> _TASK TO COMPLETE_
Only the lines from the start of the entries through the line with "f 296 295 292" are wanted; please output them exactly.

> _DATA PROVIDED_
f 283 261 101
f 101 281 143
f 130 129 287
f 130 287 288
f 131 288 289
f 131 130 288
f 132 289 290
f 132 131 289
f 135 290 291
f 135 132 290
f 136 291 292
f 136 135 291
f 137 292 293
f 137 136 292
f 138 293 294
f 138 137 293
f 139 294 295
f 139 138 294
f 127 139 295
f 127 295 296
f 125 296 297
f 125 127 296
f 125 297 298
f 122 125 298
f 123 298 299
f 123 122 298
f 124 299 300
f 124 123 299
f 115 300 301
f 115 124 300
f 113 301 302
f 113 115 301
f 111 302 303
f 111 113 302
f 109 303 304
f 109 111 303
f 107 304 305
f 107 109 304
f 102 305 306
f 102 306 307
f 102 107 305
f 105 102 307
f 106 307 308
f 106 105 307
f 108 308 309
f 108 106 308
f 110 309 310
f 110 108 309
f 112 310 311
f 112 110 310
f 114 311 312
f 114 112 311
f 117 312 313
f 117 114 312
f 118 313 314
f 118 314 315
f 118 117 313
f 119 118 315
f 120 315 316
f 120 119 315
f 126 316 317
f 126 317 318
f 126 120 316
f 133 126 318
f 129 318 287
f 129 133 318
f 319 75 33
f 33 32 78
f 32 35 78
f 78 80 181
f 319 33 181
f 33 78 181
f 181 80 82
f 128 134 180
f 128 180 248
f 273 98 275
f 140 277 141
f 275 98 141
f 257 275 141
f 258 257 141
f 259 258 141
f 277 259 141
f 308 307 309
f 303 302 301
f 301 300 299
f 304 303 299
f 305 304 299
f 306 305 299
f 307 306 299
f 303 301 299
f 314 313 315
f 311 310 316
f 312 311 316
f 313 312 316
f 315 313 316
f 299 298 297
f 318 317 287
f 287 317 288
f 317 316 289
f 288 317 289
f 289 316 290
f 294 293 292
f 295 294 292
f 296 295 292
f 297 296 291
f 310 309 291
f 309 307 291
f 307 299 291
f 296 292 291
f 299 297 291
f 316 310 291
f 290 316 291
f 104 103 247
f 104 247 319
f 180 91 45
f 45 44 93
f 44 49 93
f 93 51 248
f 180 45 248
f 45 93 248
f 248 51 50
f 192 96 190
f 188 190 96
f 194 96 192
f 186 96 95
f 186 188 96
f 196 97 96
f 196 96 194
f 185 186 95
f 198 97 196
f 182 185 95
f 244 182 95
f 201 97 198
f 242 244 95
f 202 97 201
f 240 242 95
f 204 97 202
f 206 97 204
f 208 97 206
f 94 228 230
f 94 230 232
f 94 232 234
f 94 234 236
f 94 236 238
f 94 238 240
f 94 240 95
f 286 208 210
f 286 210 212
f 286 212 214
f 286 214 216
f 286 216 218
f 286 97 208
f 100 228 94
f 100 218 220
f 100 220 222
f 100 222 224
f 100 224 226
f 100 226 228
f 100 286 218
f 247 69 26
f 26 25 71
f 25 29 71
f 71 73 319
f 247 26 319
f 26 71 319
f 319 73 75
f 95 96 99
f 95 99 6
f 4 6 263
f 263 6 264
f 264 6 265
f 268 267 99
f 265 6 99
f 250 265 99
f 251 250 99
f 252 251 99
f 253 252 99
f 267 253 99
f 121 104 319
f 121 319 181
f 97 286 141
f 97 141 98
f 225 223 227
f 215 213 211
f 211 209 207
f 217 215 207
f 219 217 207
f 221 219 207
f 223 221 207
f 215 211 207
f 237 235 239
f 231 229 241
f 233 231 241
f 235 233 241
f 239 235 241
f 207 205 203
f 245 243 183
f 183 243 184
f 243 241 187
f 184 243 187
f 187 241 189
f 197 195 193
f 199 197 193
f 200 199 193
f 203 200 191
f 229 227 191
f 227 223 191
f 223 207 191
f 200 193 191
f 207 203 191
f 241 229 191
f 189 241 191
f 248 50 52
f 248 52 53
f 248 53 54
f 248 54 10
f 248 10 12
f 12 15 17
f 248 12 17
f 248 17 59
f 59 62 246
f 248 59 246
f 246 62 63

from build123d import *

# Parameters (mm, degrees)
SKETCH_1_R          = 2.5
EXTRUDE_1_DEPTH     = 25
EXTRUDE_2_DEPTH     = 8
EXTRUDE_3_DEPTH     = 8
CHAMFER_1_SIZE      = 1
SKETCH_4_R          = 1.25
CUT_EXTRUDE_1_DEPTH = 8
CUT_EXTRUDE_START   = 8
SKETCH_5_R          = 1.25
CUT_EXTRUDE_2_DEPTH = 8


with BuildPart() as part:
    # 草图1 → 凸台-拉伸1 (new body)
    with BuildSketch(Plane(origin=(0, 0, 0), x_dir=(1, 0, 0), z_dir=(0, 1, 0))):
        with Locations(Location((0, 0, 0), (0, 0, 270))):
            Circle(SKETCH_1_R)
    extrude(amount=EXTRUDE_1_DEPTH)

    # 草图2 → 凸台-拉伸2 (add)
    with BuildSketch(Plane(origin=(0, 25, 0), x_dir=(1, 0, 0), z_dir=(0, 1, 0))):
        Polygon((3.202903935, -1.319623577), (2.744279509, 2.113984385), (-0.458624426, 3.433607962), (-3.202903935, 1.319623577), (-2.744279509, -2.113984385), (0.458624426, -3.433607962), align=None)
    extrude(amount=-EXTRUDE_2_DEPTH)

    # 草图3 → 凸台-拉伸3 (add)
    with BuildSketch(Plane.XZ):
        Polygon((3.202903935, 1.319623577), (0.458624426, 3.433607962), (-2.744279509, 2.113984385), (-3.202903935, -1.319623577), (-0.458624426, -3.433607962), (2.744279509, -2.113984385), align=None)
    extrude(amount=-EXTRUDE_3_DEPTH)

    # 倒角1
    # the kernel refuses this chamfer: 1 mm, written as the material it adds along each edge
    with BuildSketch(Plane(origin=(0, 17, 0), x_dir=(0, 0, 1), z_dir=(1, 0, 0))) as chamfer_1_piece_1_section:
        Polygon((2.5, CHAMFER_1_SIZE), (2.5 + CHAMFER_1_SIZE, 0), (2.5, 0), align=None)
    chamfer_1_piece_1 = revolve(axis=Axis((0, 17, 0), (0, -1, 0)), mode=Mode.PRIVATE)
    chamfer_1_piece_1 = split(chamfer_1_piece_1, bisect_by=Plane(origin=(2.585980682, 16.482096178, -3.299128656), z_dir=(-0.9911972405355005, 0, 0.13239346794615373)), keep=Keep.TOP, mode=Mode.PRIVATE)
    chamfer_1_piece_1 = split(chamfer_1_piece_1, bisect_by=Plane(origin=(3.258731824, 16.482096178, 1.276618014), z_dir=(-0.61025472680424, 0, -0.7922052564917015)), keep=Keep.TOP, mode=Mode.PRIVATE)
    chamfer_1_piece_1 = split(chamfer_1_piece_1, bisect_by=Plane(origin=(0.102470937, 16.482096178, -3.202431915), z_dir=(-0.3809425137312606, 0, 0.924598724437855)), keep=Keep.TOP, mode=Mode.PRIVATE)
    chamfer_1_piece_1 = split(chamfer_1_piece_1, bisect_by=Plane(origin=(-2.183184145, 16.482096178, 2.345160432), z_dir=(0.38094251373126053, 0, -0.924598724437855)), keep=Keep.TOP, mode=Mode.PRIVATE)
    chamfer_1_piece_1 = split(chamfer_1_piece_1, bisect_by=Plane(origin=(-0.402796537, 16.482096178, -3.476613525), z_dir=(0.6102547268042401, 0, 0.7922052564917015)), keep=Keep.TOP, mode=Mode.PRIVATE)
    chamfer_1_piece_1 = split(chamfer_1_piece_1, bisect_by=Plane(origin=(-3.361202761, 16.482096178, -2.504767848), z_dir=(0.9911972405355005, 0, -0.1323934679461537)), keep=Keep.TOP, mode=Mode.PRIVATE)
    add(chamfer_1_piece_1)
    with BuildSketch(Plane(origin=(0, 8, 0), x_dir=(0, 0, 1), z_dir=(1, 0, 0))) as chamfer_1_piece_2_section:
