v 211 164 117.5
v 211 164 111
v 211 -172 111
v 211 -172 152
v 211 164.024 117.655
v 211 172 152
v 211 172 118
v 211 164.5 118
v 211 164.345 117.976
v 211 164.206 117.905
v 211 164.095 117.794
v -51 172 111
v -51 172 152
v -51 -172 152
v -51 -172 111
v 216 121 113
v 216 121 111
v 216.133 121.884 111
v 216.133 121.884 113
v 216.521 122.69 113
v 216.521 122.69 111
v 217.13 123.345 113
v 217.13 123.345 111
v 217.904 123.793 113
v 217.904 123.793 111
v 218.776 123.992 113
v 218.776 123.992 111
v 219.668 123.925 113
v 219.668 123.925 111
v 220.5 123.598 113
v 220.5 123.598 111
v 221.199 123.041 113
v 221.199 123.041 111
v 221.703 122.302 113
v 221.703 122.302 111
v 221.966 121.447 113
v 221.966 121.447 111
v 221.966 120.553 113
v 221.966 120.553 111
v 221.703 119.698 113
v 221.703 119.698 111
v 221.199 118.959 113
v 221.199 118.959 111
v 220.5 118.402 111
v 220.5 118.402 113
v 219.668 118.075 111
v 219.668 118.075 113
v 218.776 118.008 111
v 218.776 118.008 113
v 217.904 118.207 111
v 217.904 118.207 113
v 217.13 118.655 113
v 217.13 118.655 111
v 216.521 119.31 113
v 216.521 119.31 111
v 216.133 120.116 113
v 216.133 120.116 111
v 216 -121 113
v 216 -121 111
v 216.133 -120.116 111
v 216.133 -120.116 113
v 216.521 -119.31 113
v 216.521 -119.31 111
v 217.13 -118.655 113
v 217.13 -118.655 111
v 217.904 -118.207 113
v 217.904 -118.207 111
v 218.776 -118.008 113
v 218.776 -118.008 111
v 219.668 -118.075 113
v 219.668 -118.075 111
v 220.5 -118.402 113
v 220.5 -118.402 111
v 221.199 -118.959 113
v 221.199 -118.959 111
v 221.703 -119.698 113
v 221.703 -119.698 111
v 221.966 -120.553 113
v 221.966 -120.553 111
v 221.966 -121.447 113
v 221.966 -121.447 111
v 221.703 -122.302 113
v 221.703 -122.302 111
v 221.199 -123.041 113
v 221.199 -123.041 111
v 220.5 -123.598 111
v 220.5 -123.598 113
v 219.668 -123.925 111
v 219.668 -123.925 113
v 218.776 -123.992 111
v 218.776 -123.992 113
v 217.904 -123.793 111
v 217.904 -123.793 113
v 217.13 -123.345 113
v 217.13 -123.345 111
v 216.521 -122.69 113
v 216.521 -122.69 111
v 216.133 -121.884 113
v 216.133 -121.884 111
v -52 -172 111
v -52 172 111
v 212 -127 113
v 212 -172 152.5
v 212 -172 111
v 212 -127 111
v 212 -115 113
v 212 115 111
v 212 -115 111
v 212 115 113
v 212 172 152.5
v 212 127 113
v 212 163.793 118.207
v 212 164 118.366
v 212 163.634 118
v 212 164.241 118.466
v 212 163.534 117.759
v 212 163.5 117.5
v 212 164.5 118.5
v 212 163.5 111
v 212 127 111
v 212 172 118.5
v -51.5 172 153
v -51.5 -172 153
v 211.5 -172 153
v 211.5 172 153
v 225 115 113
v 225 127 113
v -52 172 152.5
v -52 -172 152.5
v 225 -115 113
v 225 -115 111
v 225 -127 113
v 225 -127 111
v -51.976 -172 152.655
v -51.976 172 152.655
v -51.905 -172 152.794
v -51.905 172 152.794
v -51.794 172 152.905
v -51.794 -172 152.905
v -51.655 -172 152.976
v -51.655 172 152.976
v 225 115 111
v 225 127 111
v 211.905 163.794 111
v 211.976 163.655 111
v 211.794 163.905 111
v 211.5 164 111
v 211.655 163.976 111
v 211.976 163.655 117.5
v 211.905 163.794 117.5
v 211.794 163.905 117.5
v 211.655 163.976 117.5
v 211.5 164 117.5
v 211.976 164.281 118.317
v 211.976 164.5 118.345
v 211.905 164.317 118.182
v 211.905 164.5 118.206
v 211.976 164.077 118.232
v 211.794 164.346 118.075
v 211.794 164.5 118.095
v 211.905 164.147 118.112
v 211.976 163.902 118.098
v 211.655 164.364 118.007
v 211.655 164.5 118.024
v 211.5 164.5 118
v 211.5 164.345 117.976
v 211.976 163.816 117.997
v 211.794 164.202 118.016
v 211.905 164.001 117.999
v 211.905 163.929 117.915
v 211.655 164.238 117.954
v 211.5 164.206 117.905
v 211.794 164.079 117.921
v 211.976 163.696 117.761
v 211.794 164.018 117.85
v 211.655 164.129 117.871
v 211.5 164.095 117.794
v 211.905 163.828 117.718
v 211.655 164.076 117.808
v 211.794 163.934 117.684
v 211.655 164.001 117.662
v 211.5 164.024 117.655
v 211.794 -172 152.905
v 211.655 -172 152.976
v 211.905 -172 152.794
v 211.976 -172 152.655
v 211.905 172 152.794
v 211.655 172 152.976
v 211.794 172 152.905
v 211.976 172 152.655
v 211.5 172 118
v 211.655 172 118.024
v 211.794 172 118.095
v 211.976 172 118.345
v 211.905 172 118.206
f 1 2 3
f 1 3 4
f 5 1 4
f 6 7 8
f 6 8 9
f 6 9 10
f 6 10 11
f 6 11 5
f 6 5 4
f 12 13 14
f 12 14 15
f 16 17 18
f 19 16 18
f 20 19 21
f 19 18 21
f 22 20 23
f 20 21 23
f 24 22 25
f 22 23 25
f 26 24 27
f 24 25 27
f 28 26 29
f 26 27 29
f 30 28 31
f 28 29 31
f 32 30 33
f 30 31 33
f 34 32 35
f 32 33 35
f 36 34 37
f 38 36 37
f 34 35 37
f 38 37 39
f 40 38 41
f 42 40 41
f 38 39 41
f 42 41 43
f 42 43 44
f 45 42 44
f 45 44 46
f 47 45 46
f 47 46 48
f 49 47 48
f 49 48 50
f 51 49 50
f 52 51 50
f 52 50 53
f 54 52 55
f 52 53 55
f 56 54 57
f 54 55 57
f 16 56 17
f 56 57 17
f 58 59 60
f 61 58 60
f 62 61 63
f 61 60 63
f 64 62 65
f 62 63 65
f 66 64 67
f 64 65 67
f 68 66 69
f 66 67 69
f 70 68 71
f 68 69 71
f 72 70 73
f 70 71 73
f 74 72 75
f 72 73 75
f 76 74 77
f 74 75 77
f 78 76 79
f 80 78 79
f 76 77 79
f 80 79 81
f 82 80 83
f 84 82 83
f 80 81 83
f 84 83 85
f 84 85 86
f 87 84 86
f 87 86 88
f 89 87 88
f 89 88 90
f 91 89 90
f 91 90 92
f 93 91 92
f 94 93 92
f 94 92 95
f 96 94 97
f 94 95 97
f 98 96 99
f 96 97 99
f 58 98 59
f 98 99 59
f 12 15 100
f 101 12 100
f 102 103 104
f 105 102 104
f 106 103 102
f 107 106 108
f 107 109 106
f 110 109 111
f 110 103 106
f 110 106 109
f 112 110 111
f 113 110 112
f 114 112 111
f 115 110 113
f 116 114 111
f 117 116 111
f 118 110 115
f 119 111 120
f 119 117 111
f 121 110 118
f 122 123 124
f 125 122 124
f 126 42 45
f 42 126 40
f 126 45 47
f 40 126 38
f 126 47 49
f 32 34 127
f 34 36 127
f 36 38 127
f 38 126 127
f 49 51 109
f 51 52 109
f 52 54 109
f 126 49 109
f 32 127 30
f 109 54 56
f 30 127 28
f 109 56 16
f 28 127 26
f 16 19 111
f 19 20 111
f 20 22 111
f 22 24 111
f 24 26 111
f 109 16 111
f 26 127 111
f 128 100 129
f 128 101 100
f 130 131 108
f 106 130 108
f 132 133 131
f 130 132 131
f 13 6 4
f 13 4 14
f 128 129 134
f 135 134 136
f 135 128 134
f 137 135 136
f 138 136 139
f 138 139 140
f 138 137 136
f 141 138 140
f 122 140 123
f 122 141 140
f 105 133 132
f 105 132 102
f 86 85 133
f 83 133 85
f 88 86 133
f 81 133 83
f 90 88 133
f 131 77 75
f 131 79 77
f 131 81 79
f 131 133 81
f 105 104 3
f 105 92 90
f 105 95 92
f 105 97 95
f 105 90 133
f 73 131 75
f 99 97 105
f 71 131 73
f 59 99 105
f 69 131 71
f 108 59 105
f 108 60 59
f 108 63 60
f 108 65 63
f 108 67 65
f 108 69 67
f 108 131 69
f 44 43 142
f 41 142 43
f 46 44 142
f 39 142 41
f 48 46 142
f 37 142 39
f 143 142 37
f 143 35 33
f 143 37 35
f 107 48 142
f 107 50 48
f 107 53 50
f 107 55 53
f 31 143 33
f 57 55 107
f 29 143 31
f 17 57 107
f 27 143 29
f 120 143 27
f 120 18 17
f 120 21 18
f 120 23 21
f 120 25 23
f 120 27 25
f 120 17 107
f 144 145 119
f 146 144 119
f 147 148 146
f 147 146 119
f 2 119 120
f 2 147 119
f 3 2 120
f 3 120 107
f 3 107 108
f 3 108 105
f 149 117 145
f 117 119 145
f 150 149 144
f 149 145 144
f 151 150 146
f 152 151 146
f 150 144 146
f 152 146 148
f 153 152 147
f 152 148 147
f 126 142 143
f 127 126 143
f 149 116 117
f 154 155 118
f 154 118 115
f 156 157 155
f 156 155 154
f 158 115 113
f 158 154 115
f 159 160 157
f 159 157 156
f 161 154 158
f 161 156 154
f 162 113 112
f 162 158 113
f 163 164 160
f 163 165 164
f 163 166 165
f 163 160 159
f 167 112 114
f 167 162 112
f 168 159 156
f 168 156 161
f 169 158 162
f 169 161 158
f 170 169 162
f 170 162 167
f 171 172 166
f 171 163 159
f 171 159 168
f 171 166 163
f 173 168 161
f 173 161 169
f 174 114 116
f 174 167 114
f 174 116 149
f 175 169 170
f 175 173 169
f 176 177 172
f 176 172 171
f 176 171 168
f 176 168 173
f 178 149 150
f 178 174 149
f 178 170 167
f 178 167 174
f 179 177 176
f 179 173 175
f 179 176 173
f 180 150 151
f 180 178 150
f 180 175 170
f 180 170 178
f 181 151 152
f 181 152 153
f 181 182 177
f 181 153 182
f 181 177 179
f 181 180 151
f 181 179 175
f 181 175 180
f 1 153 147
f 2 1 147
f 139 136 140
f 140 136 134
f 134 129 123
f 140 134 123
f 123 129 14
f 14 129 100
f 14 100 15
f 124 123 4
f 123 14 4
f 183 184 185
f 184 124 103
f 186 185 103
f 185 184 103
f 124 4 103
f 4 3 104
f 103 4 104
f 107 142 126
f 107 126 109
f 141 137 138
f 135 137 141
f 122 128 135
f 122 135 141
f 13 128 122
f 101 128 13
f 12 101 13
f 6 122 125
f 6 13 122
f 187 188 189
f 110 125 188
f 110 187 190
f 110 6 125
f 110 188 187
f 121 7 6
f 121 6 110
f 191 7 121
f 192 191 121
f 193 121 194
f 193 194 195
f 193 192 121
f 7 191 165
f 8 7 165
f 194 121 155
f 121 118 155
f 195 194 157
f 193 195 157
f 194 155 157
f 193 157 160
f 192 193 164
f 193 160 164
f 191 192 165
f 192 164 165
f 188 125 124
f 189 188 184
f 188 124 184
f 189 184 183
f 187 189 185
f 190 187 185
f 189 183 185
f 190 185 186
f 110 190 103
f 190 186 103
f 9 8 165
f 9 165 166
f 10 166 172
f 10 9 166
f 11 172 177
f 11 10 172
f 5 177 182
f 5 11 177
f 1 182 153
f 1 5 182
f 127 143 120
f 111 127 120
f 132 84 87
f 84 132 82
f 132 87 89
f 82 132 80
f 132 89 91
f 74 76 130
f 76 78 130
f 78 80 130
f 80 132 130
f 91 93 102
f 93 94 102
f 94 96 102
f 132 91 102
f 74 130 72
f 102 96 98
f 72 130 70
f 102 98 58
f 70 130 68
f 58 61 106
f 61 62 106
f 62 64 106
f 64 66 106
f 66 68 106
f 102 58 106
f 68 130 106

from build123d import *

# Parameters (mm, degrees)
WYCI_GNI_CIE_CIENKA_CIANKA1_DEPTH      = 172
WYCI_GNI_CIE_CIENKA_CIANKA1_DEPTH_BACK = 172
SZKIC2_W                               = 13
SZKIC2_H                               = 12
SZKIC2_R                               = 3
DODANIE_WYCI_GNI_CIE1_DEPTH            = 2
ZAOKR_GLENIE1_R                        = 0.5
WYTNIJ_WYCI_GNI_CIE2_DEPTH             = 14
WYTNIJ_WYCI_GNI_CIE2_DEPTH_BACK        = 2
ZAOKR_GLENIE4_R                        = 0.5
ZAOKR_GLENIE5_R                        = 0.5


with BuildPart() as part:
    # Szkic1 → Wyciągnięcie-cienka ścianka1 (new body, two sides)
    with BuildSketch(Plane(origin=(0, 0, 0), x_dir=(1, 0, 0), z_dir=(0, 1, 0))) as wyci_gni_cie_cienka_cianka1_sk:
        Polygon((211, -111), (211, -152), (-51, -152), (-51, -111), (-52, -111), (-52, -153), (212, -153), (212, -111), align=None)
    extrude(amount=WYCI_GNI_CIE_CIENKA_CIANKA1_DEPTH)
    extrude(wyci_gni_cie_cienka_cianka1_sk.sketch, amount=-WYCI_GNI_CIE_CIENKA_CIANKA1_DEPTH_BACK)

    # Szkic2 → Dodanie-wyciągnięcie1 (add)
    with BuildSketch(Plane(origin=(0, 0, 111), x_dir=(-1, 0, 0), z_dir=(0, 0, -1))):
        with Locations((-218.5, -121)):
            Rectangle(SZKIC2_W, SZKIC2_H)
        with Locations((-219, -121)):
            Circle(SZKIC2_R, mode=Mode.SUBTRACT)
        with Locations((-218.5, 121)):
            Rectangle(SZKIC2_W, SZKIC2_H)
        with Locations((-219, 121)):
            Circle(SZKIC2_R, mode=Mode.SUBTRACT)
    extrude(amount=-DODANIE_WYCI_GNI_CIE1_DEPTH)

    # Zaokrąglenie1
    zaokr_glenie1_edges = [part.edges().sort_by_distance(p)[0] for p in [
        (212, 0, 153),
        (-52, 0, 153),
    ]]
    fillet(zaokr_glenie1_edges, radius=ZAOKR_GLENIE1_R)

    # Szkic5 → Wytnij-wyciągnięcie2 (cut, two sides)
    with BuildSketch(Plane(origin=(212, 0, 0), x_dir=(0, 0, -1), z_dir=(1, 0, 0))) as wytnij_wyci_gni_cie2_sk:
        Polygon((-118, 873.551878025), (-118, 172), (-118, 164), (-111, 164), (590.551878025, 164), (1583.395439141, 1155.444306753), (874.843561116, 1864.996184778), align=None)
    extrude(amount=WYTNIJ_WYCI_GNI_CIE2_DEPTH, mode=Mode.SUBTRACT)
    extrude(wytnij_wyci_gni_cie2_sk.sketch, amount=-WYTNIJ_WYCI_GNI_CIE2_DEPTH_BACK, mode=Mode.SUBTRACT)

    # Zaokrąglenie4
    zaokr_glenie4_edges = [part.edges().sort_by_distance(p)[0] for p in [
        (211.5, 164, 118),
    ]]
    fillet(zaokr_glenie4_edges, radius=ZAOKR_GLENIE4_R)

    # Zaokrąglenie5
    zaokr_glenie5_edges = [part.edges().sort_by_distance(p)[0] for p in [
        (212, 164, 114.25),
        (212, 168.25, 118),
        (212, 164.146446609, 117.853553391),
    ]]
    fillet(zaokr_glenie5_edges, radius=ZAOKR_GLENIE5_R)


solid = part.part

> _THE COMPLETED TASK_
f 283 261 101
f 101 281 143
f 130 129 287
f 130 287 288
f 131 288 289
f 131 130 288
f 132 289 290
f 132 131 289
f 135 290 291
f 135 132 290
f 136 291 292
f 136 135 291
f 137 292 293
f 137 136 292
f 138 293 294
f 138 137 293
f 139 294 295
f 139 138 294
f 127 139 295
f 127 295 296
f 125 296 297
f 125 127 296
f 125 297 298
f 122 125 298
f 123 298 299
f 123 122 298
f 124 299 300
f 124 123 299
f 115 300 301
f 115 124 300
f 113 301 302
f 113 115 301
f 111 302 303
f 111 113 302
f 109 303 304
f 109 111 303
f 107 304 305
f 107 109 304
f 102 305 306
f 102 306 307
f 102 107 305
f 105 102 307
f 106 307 308
f 106 105 307
f 108 308 309
f 108 106 308
f 110 309 310
f 110 108 309
f 112 310 311
f 112 110 310
f 114 311 312
f 114 112 311
f 117 312 313
f 117 114 312
f 118 313 314
f 118 314 315
f 118 117 313
f 119 118 315
f 120 315 316
f 120 119 315
f 126 316 317
f 126 317 318
f 126 120 316
f 133 126 318
f 129 318 287
f 129 133 318
f 319 75 33
f 33 32 78
f 32 35 78
f 78 80 181
f 319 33 181
f 33 78 181
f 181 80 82
f 128 134 180
f 128 180 248
f 273 98 275
f 140 277 141
f 275 98 141
f 257 275 141
f 258 257 141
f 259 258 141
f 277 259 141
f 308 307 309
f 303 302 301
f 301 300 299
f 304 303 299
f 305 304 299
f 306 305 299
f 307 306 299
f 303 301 299
f 314 313 315
f 311 310 316
f 312 311 316
f 313 312 316
f 315 313 316
f 299 298 297
f 318 317 287
f 287 317 288
f 317 316 289
f 288 317 289
f 289 316 290
f 294 293 292
f 295 294 292
f 296 295 292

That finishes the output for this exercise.